In tutta coscienza, ma voi a destra non vi sentite di aver alimentato, negli anni, questa contrapposizione ideologica?
«Per niente. Ricordo che, ai tempi dell'Msi, agli esordi della "Destra nazionale", quando il partito aprì ai partigiani bianchi, ai liberali, agli ex Dc, Mirko Tremaglia riuscì a fare festeggiare i 25 aprile commemorando sia i militari che avevano combattuto col re contro i tedeschi, sia le ex milizie della Repubblica Sociale. Me lo ricordo perché c'ero: stavano tutti lì, ex badogliani ed ex repubblichini ciascuno nella rispettiva divisa, quelli che avevano combattuto per la libertà dell'Italia e un 25 di pace e di superamento ideologico».
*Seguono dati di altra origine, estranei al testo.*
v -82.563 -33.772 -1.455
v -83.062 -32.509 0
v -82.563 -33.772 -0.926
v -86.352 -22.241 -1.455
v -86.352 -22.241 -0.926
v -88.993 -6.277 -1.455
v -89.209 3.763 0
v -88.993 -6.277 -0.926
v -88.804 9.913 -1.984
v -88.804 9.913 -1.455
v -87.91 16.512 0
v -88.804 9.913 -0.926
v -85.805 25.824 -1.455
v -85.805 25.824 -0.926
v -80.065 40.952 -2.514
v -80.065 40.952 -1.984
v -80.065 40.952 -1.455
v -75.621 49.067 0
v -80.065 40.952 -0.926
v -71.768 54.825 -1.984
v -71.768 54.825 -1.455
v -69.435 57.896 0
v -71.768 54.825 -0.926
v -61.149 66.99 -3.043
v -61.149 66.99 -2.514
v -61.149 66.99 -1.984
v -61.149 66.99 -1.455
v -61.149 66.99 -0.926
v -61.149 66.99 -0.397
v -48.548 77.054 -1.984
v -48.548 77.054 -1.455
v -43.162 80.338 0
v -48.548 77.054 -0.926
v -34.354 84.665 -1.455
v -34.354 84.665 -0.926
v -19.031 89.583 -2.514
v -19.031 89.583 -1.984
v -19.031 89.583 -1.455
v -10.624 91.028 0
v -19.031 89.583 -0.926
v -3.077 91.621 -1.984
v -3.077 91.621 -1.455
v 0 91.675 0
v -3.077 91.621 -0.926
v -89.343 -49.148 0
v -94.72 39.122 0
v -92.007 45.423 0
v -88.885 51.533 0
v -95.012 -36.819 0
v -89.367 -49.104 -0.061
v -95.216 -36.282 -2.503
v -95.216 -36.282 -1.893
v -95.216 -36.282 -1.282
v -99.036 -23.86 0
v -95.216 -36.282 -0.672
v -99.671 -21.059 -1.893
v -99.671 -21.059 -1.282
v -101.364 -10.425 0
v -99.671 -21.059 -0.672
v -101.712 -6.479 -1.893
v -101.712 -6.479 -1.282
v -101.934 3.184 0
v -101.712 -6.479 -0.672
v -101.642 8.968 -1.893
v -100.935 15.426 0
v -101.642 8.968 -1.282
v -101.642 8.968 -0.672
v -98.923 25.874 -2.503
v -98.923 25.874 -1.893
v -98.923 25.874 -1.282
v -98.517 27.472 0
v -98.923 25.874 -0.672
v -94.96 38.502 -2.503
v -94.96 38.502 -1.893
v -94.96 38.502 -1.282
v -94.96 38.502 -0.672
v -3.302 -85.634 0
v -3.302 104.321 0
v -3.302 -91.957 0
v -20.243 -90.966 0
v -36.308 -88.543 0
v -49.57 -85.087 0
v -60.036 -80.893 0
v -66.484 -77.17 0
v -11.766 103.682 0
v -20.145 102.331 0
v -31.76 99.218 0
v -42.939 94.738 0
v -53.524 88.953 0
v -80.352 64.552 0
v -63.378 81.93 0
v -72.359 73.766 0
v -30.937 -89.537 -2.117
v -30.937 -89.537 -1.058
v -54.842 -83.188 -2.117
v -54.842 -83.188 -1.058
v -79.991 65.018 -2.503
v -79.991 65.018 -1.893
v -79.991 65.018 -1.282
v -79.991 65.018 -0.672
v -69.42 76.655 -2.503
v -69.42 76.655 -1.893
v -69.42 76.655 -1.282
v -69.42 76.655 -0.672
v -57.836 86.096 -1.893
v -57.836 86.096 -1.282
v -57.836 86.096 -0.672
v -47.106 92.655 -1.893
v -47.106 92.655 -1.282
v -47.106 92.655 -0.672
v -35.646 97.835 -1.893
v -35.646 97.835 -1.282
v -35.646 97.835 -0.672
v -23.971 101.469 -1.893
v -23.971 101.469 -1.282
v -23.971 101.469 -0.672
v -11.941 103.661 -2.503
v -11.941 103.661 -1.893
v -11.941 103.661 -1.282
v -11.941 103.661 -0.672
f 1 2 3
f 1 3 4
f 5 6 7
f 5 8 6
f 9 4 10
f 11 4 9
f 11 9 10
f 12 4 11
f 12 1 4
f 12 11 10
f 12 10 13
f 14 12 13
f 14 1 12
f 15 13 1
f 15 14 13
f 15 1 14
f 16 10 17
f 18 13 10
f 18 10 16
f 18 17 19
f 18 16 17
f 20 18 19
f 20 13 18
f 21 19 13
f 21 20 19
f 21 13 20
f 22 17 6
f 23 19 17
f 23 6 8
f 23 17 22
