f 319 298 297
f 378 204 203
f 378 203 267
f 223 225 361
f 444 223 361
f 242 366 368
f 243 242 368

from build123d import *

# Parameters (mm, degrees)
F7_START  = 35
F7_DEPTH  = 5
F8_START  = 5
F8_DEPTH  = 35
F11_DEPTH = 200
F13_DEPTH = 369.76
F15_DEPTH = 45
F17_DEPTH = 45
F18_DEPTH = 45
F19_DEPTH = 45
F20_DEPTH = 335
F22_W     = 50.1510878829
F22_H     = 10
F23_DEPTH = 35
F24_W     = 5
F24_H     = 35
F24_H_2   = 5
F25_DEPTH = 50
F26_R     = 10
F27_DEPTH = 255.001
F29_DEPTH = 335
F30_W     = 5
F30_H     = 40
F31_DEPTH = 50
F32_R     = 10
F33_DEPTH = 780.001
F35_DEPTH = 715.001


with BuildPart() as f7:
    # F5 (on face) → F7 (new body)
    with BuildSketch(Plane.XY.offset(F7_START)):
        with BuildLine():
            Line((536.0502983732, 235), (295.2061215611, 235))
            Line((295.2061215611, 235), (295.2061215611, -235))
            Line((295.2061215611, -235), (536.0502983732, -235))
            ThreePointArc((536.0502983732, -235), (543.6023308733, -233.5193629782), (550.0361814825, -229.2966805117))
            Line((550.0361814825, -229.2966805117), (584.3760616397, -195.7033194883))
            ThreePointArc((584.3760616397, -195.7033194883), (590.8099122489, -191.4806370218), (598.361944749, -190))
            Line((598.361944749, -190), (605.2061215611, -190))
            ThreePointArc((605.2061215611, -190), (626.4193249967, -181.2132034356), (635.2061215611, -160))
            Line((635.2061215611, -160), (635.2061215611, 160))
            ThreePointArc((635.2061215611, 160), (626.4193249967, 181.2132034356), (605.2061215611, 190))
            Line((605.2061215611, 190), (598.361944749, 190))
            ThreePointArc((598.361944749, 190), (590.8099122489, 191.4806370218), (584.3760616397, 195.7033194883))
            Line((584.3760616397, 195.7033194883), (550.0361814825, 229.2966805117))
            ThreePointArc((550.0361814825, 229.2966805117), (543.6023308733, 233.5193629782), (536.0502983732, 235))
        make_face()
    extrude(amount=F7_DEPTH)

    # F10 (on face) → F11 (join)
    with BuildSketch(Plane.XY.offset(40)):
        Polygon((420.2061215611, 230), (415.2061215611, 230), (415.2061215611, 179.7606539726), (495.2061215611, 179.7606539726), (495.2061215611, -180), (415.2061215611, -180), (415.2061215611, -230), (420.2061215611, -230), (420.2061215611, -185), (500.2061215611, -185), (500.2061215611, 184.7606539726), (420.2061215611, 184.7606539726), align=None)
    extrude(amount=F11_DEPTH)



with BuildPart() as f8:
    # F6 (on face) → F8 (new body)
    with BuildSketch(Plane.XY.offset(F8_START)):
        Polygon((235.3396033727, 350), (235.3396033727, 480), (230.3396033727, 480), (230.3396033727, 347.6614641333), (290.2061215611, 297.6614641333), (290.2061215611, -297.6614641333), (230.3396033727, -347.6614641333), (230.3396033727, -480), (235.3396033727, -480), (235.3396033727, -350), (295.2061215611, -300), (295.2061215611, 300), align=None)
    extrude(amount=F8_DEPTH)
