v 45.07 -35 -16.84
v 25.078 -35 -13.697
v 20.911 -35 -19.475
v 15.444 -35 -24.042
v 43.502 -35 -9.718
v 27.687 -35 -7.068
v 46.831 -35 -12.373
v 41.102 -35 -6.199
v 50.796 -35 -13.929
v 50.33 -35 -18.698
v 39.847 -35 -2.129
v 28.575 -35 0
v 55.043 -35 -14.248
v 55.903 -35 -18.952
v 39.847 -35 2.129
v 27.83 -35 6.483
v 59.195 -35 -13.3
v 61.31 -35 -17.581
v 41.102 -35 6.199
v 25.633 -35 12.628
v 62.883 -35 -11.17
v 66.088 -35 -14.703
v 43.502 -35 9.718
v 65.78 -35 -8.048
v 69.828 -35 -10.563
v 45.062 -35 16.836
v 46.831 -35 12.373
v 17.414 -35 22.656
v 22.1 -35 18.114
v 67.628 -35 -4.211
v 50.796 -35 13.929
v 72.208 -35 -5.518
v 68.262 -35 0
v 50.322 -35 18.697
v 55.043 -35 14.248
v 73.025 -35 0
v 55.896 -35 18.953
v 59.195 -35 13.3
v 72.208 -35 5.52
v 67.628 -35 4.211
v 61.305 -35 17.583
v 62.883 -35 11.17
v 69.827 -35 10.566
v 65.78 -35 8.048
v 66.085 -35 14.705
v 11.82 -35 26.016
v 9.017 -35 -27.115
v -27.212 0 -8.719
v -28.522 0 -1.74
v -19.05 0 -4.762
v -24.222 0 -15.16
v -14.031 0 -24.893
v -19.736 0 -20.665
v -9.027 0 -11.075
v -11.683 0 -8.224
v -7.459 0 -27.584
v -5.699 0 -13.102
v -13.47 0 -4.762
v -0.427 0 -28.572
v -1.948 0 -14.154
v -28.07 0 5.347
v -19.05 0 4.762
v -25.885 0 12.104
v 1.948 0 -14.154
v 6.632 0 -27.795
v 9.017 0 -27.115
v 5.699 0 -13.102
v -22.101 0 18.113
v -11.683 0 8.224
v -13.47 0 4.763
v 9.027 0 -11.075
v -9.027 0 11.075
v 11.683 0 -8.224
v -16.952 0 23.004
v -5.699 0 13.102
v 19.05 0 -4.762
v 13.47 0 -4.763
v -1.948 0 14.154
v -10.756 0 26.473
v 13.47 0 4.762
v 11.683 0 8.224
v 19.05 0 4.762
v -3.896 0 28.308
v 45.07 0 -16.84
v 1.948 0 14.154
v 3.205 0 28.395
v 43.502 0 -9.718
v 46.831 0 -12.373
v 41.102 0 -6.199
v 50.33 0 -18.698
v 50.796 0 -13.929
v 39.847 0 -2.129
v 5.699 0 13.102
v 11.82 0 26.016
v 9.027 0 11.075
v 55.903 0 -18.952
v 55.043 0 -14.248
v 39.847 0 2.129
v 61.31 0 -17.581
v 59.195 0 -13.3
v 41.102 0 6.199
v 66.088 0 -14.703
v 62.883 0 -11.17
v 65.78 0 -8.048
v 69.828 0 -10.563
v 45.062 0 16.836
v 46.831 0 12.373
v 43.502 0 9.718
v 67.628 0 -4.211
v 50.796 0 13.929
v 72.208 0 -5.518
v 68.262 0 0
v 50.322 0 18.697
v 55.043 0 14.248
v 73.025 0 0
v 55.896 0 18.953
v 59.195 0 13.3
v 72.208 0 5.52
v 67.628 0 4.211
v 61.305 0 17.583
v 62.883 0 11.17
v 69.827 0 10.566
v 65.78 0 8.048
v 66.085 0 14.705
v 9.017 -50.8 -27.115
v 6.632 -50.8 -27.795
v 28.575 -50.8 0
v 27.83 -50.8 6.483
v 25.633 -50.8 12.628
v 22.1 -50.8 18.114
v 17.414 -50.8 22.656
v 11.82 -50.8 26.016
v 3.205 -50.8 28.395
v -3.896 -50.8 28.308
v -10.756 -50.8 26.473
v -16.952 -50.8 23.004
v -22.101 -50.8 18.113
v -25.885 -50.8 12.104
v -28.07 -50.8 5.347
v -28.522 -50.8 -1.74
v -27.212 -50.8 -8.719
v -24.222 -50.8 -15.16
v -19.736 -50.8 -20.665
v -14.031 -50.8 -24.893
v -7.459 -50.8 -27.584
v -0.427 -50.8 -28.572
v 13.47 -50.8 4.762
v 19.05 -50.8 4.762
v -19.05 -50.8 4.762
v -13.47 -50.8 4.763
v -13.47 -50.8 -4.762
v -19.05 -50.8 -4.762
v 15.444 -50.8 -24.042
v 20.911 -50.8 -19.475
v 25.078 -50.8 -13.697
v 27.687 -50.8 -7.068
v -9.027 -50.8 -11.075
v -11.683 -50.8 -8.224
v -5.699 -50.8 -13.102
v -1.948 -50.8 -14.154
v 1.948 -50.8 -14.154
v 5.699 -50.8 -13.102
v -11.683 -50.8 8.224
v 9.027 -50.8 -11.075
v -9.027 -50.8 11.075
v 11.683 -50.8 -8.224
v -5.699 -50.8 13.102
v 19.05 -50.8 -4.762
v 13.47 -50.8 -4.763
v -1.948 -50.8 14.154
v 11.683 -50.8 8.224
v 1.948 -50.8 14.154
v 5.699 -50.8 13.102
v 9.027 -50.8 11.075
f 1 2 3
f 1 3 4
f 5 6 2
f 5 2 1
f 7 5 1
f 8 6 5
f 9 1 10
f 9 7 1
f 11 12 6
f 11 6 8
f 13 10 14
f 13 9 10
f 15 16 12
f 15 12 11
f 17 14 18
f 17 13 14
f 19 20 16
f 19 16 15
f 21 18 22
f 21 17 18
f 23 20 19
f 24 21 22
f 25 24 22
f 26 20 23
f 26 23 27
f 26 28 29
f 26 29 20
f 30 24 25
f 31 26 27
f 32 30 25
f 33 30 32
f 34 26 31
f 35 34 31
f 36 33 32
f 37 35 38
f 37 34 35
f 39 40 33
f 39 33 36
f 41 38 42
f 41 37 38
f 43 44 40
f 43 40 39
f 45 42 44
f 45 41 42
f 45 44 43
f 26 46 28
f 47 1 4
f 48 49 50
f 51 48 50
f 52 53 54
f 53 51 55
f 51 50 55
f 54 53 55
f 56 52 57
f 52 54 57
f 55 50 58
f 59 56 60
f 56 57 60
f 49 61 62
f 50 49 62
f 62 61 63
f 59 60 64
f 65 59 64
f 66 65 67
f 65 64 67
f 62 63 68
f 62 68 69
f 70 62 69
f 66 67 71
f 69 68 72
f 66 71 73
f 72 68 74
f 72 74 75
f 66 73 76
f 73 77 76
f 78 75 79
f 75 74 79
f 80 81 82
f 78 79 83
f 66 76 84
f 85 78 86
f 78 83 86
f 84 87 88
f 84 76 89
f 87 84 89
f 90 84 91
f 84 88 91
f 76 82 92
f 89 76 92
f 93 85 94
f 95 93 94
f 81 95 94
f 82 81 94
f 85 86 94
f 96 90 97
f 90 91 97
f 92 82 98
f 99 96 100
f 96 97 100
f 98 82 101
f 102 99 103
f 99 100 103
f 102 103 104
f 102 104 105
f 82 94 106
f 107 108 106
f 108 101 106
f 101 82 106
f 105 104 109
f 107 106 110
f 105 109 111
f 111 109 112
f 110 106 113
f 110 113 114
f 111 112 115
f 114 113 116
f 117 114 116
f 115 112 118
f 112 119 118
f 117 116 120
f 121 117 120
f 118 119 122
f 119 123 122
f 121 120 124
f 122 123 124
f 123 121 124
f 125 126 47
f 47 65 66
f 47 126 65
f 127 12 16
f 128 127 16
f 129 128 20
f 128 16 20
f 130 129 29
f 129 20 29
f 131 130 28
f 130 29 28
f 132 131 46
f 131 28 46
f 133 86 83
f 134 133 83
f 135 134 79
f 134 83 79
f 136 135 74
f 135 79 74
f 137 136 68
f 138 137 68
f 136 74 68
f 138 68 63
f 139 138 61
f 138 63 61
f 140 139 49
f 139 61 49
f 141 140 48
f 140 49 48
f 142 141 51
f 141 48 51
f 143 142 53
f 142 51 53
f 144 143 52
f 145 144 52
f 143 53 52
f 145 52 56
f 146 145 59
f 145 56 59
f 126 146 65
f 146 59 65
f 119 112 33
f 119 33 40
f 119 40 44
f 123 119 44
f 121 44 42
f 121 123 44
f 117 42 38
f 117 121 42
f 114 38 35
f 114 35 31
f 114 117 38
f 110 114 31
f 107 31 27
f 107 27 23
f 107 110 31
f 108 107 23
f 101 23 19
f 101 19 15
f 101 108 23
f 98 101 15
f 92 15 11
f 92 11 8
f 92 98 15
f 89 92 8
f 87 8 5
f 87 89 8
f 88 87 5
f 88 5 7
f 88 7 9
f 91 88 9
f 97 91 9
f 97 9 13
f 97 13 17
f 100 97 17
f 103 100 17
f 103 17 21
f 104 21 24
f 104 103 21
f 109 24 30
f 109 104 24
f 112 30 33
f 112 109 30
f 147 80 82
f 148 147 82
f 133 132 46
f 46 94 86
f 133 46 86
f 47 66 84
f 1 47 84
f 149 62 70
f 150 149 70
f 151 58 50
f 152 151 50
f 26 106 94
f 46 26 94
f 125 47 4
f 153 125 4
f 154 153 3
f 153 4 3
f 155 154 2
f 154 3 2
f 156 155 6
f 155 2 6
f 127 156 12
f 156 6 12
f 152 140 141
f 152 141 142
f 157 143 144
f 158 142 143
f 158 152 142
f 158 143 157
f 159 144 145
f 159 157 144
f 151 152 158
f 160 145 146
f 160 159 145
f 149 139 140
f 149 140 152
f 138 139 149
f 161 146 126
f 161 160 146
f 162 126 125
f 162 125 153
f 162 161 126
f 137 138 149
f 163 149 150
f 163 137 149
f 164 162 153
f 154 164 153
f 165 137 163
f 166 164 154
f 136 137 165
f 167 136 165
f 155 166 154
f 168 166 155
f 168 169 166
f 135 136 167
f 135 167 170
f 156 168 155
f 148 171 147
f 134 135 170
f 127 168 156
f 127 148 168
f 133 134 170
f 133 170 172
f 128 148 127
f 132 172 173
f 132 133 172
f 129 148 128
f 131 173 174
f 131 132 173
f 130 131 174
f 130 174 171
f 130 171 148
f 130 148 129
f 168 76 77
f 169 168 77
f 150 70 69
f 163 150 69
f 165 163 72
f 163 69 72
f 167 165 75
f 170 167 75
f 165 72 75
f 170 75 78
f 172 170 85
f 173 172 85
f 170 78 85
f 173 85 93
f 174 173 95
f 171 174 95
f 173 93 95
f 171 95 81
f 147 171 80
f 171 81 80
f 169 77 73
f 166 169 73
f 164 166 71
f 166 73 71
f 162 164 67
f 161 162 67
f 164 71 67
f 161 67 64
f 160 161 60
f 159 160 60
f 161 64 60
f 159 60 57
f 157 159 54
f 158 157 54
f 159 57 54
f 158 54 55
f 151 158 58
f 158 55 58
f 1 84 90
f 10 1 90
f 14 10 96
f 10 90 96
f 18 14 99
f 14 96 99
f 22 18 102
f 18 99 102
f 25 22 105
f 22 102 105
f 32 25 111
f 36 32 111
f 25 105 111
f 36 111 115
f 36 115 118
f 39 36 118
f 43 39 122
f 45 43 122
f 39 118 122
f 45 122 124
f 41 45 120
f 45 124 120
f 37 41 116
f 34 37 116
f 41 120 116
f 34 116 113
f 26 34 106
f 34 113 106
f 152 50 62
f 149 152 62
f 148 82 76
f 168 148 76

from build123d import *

# Parameters (mm, degrees)
F0_R     = 14.2875
F1_DEPTH = 35
F2_DEPTH = 50.8


with BuildPart() as f1:
    # F0 (on Front) → F1 (new body)
    with BuildSketch(Plane.XZ):
        with BuildLine():
            Line((11.8201890877, 26.0156444266), (3.2047751505, 28.3947185447))
            ThreePointArc((3.2047751505, 28.3947185447), (-28.5220001461, -1.739578301), (6.631814894, -27.7947774989))
            Line((6.631814894, -27.7947774989), (9.0167764908, -27.1150948129))
            ThreePointArc((9.0167764908, -27.1150948129), (23.1752563441, -16.7164026748), (28.575, 0))
            ThreePointArc((28.575, 0), (24.0238686329, 15.47205096), (11.8201890877, 26.0156444266))
        make_face()
        with BuildLine():
            ThreePointArc((-13.4703841816, 4.7625), (0, 14.2875), (13.4703841816, 4.7625))
            Line((13.4703841816, 4.7625), (19.05, 4.7625))
            Line((19.05, 4.7625), (19.05, -4.7625))
            Line((19.05, -4.7625), (13.4703841816, -4.7625))
            ThreePointArc((13.4703841816, -4.7625), (0, -14.2875), (-13.4703841816, -4.7625))
            Line((-13.4703841816, -4.7625), (-19.05, -4.7625))
            Line((-19.05, -4.7625), (-19.05, 4.7625))
            Line((-19.05, 4.7625), (-13.4703841816, 4.7625))
        make_face(mode=Mode.SUBTRACT)
        with BuildLine():
            Line((45.0618756476, 16.8362321877), (11.8201890877, 26.0156444266))
            ThreePointArc((11.8201890877, 26.0156444266), (24.0238686329, 15.47205096), (28.575, 0))
            ThreePointArc((28.575, 0), (23.1752563441, -16.7164026748), (9.0167764908, -27.1150948129))
            Line((9.0167764908, -27.1150948129), (45.0698397536, -16.8404459854))
            ThreePointArc((45.0698397536, -16.8404459854), (34.9250005327, -0.0045050825), (45.0618756476, 16.8362321877))
        make_face()
        with BuildLine():
            ThreePointArc((73.025, 0), (63.8011762931, 16.3201948351), (45.0618756476, 16.8362321877))
            ThreePointArc((45.0618756476, 16.8362321877), (34.9250005327, -0.0045050825), (45.0698397536, -16.8404459854))
            ThreePointArc((45.0698397536, -16.8404459854), (63.8050355367, -16.3178706131), (73.025, 0))
        make_face()
        with Locations((53.975, 0)):
            Circle(F0_R, mode=Mode.SUBTRACT)
    extrude(amount=F1_DEPTH)

    # F0 (on Front) → F2 (join)
    with BuildSketch(Plane.XZ):
        with BuildLine():
            Line((11.8201890877, 26.0156444266), (3.2047751505, 28.3947185447))
            ThreePointArc((3.2047751505, 28.3947185447), (-28.5220001461, -1.739578301), (6.631814894, -27.7947774989))
            Line((6.631814894, -27.7947774989), (9.0167764908, -27.1150948129))
            ThreePointArc((9.0167764908, -27.1150948129), (23.1752563441, -16.7164026748), (28.575, 0))
            ThreePointArc((28.575, 0), (24.0238686329, 15.47205096), (11.8201890877, 26.0156444266))
        make_face()
        with BuildLine():
            ThreePointArc((-13.4703841816, 4.7625), (0, 14.2875), (13.4703841816, 4.7625))
            Line((13.4703841816, 4.7625), (19.05, 4.7625))
            Line((19.05, 4.7625), (19.05, -4.7625))
            Line((19.05, -4.7625), (13.4703841816, -4.7625))
            ThreePointArc((13.4703841816, -4.7625), (0, -14.2875), (-13.4703841816, -4.7625))
            Line((-13.4703841816, -4.7625), (-19.05, -4.7625))
            Line((-19.05, -4.7625), (-19.05, 4.7625))
            Line((-19.05, 4.7625), (-13.4703841816, 4.7625))
        make_face(mode=Mode.SUBTRACT)
    extrude(amount=F2_DEPTH)


solid = f1.part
Un esperimento sociale lodevole. Ma perchè non continuò?
«Perché, negli anni, via via, morivano per vecchiaia, divennero troppo pochi per farli incontrare. Eppure tentativi di superare la dicotomia li abbiamo sempre fatti. Specie Tremaglia. Che era uso a cose del genere, ricordo un 1° maggio festeggiato con gli operai di destra...».

 

 

Cosa pensa di Mattarella che ha evocato "Bella Ciao" assieme all'invasione dell'Ucraina?
«Mattarella, di cui sono amico e a cui do da anni del tu, appartiene alla salda tradizione dei democristiani di sinistra. Ma sbaglia a paragonare la nostra resistenza con quella degli ucraini. Sono due cose diverse, come dicevo. Bella ciao mi viene spesso da fischiettarla involontariamente; è diventato un vero e proprio successo pop, da quando si è sentita nella serie La casa di carta»

Mentre infuriava il 25 aprile, lei guardava partite di calcio inglesi. Le risulta?
«Sì. Sono trasmesse con la scritta sovrimpressa "No Invasion", da noi Sky le manda in onda con la scritta "Peace". Noi dovremmo imitare gli inglesi: fine della guerra sì, ma non resa. E, a proposito di sport: trovo assurdo che si espellano gli atleti russi che non hanno neppure espresso un'opinione. Sarà che io per istinto sono contro ogni forma di censura del pensiero; ma arrivare a punire un'opinione comunque non espressa, be', questo è davvero troppo...».